Take the lines below between the one holding "#76=VECTOR('',#75,1.);" and the one holding "#83=FACE_BOUND('',#82,.T.);", inclusive, and copy them exactly. Add nothing.

** Opening DATA SHOWN block **

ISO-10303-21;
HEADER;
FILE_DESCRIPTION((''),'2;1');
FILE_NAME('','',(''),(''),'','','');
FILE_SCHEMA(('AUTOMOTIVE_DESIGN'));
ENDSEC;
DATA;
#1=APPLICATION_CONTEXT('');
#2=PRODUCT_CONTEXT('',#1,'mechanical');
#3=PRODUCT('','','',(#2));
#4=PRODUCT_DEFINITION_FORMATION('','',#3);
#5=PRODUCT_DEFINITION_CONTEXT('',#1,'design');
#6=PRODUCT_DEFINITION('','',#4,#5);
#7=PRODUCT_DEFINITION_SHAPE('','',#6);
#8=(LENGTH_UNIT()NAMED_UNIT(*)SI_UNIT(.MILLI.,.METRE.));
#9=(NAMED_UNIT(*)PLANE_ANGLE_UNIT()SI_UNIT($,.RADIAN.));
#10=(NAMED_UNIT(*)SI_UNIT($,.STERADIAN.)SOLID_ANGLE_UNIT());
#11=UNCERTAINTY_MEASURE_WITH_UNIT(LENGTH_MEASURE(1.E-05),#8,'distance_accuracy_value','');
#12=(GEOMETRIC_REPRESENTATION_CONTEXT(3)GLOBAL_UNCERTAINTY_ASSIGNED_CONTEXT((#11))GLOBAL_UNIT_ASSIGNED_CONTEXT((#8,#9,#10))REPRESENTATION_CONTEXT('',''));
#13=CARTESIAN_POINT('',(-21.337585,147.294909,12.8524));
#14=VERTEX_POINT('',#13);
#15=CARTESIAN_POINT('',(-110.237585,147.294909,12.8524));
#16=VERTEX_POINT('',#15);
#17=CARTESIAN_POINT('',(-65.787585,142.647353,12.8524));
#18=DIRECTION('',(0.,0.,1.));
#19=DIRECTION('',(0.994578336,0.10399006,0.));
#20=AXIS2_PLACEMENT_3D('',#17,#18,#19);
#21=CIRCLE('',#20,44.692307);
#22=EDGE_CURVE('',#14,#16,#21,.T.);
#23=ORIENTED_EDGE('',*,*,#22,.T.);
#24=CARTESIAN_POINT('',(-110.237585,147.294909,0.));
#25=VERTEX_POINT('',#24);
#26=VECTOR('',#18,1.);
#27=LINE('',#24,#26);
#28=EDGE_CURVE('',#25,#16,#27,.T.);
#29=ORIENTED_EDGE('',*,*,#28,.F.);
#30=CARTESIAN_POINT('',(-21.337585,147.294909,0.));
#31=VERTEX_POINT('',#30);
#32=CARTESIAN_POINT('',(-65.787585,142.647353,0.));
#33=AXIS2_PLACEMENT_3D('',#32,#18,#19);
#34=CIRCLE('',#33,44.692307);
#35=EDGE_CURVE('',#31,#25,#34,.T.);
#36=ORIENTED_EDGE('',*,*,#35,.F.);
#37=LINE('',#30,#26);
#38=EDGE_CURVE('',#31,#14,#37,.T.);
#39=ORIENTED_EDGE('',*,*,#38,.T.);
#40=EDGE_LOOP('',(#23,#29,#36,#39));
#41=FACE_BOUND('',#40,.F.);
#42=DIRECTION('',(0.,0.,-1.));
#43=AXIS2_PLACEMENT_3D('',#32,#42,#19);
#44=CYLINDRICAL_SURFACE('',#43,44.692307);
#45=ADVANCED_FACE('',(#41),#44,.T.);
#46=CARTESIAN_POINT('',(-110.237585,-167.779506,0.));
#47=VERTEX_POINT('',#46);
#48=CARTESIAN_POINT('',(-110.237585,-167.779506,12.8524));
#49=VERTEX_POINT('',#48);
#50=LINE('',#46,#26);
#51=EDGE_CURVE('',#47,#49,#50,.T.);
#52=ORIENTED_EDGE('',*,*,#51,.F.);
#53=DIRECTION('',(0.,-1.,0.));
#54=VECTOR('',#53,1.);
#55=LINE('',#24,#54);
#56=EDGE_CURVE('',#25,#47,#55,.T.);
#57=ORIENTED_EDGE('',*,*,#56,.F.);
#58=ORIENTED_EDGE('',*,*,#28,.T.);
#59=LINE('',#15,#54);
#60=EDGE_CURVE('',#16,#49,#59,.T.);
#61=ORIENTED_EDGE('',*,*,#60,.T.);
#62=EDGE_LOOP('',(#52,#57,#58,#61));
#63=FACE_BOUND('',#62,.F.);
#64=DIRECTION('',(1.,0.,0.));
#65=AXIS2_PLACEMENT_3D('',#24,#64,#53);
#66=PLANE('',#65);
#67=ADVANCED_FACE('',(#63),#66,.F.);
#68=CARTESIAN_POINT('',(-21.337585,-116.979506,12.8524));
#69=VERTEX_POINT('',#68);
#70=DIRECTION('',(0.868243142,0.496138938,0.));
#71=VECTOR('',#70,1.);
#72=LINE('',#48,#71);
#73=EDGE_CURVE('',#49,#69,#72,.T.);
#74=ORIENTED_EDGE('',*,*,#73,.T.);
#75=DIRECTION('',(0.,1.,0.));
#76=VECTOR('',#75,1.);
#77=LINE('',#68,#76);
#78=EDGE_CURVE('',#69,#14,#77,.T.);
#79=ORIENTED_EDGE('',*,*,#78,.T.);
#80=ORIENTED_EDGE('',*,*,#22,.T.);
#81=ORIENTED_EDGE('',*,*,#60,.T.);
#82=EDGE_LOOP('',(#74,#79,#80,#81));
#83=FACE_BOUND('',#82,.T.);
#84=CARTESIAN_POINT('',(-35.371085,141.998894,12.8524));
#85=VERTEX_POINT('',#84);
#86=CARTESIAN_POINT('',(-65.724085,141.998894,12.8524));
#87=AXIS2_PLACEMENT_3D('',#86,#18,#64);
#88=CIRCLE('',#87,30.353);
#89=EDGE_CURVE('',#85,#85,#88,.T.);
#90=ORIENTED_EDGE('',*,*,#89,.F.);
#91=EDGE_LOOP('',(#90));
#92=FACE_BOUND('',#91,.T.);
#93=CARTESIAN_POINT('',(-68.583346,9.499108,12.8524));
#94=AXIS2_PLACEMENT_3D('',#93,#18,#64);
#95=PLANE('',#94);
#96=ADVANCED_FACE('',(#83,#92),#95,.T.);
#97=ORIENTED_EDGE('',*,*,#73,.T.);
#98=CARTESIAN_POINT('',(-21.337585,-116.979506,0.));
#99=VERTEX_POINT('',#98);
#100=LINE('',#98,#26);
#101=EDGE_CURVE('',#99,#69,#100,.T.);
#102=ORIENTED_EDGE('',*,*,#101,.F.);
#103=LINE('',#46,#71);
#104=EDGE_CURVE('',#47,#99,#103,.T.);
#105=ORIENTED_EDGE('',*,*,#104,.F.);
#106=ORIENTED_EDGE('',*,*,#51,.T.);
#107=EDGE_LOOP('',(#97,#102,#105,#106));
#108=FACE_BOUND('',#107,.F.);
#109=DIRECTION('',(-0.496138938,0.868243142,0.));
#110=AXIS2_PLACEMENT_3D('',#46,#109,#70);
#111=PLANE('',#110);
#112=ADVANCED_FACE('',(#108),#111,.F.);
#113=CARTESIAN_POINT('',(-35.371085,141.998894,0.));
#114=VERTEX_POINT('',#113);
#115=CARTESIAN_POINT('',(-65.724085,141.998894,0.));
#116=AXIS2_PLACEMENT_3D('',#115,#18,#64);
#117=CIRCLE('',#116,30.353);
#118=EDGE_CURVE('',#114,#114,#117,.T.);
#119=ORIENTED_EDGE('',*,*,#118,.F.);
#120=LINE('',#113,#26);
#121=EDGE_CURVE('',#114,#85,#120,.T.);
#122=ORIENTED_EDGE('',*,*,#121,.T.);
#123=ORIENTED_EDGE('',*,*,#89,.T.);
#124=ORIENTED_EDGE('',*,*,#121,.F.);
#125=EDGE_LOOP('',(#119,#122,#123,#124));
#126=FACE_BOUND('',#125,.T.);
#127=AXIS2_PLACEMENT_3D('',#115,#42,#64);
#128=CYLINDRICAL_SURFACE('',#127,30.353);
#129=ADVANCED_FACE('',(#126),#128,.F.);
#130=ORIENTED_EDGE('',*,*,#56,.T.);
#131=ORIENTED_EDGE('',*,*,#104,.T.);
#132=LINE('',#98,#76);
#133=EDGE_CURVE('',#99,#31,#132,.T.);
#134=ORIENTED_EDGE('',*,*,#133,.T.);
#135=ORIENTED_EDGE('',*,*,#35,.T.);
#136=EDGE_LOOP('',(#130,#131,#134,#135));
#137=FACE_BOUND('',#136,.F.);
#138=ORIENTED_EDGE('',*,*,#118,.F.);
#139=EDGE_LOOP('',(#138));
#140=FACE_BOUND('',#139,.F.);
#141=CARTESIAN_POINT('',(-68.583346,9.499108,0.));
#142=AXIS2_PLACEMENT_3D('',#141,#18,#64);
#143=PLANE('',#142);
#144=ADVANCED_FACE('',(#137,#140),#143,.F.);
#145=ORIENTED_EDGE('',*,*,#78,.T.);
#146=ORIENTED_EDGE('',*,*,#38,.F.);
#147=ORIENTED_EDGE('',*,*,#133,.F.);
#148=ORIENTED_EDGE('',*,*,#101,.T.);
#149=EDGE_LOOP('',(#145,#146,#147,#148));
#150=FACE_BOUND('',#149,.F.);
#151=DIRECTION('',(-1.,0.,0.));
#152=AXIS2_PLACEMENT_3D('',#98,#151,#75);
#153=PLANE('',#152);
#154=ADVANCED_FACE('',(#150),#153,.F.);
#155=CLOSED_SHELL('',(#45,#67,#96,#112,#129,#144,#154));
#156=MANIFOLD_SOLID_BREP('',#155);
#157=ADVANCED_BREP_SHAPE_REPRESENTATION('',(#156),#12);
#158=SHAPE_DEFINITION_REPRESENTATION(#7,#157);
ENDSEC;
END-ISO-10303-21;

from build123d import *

# Parameters (mm, degrees)
F4_R     = 30.353
F5_DEPTH = 12.8524


with BuildPart() as f5:
    # F4 (on face) → F5 (new body)
    with BuildSketch(Plane.XY):
        with BuildLine():
            Line((-21.337585, -116.979506), (-21.337585, 147.294909))
            ThreePointArc((-21.337585, 147.294909), (-65.787585, 187.33966), (-110.237585, 147.294909))
            Line((-110.237585, 147.294909), (-110.237585, -167.779506))
            Line((-110.237585, -167.779506), (-21.337585, -116.979506))
        make_face()
        with Locations((-65.724085, 141.998894)):
            Circle(F4_R, mode=Mode.SUBTRACT)
    extrude(amount=F5_DEPTH)


solid = f5.part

** Closing DATA SHOWN block **

=== ANSWER ===
#76=VECTOR('',#75,1.);
#77=LINE('',#68,#76);
#78=EDGE_CURVE('',#69,#14,#77,.T.);
#79=ORIENTED_EDGE('',*,*,#78,.T.);
#80=ORIENTED_EDGE('',*,*,#22,.T.);
#81=ORIENTED_EDGE('',*,*,#60,.T.);
#82=EDGE_LOOP('',(#74,#79,#80,#81));
#83=FACE_BOUND('',#82,.T.);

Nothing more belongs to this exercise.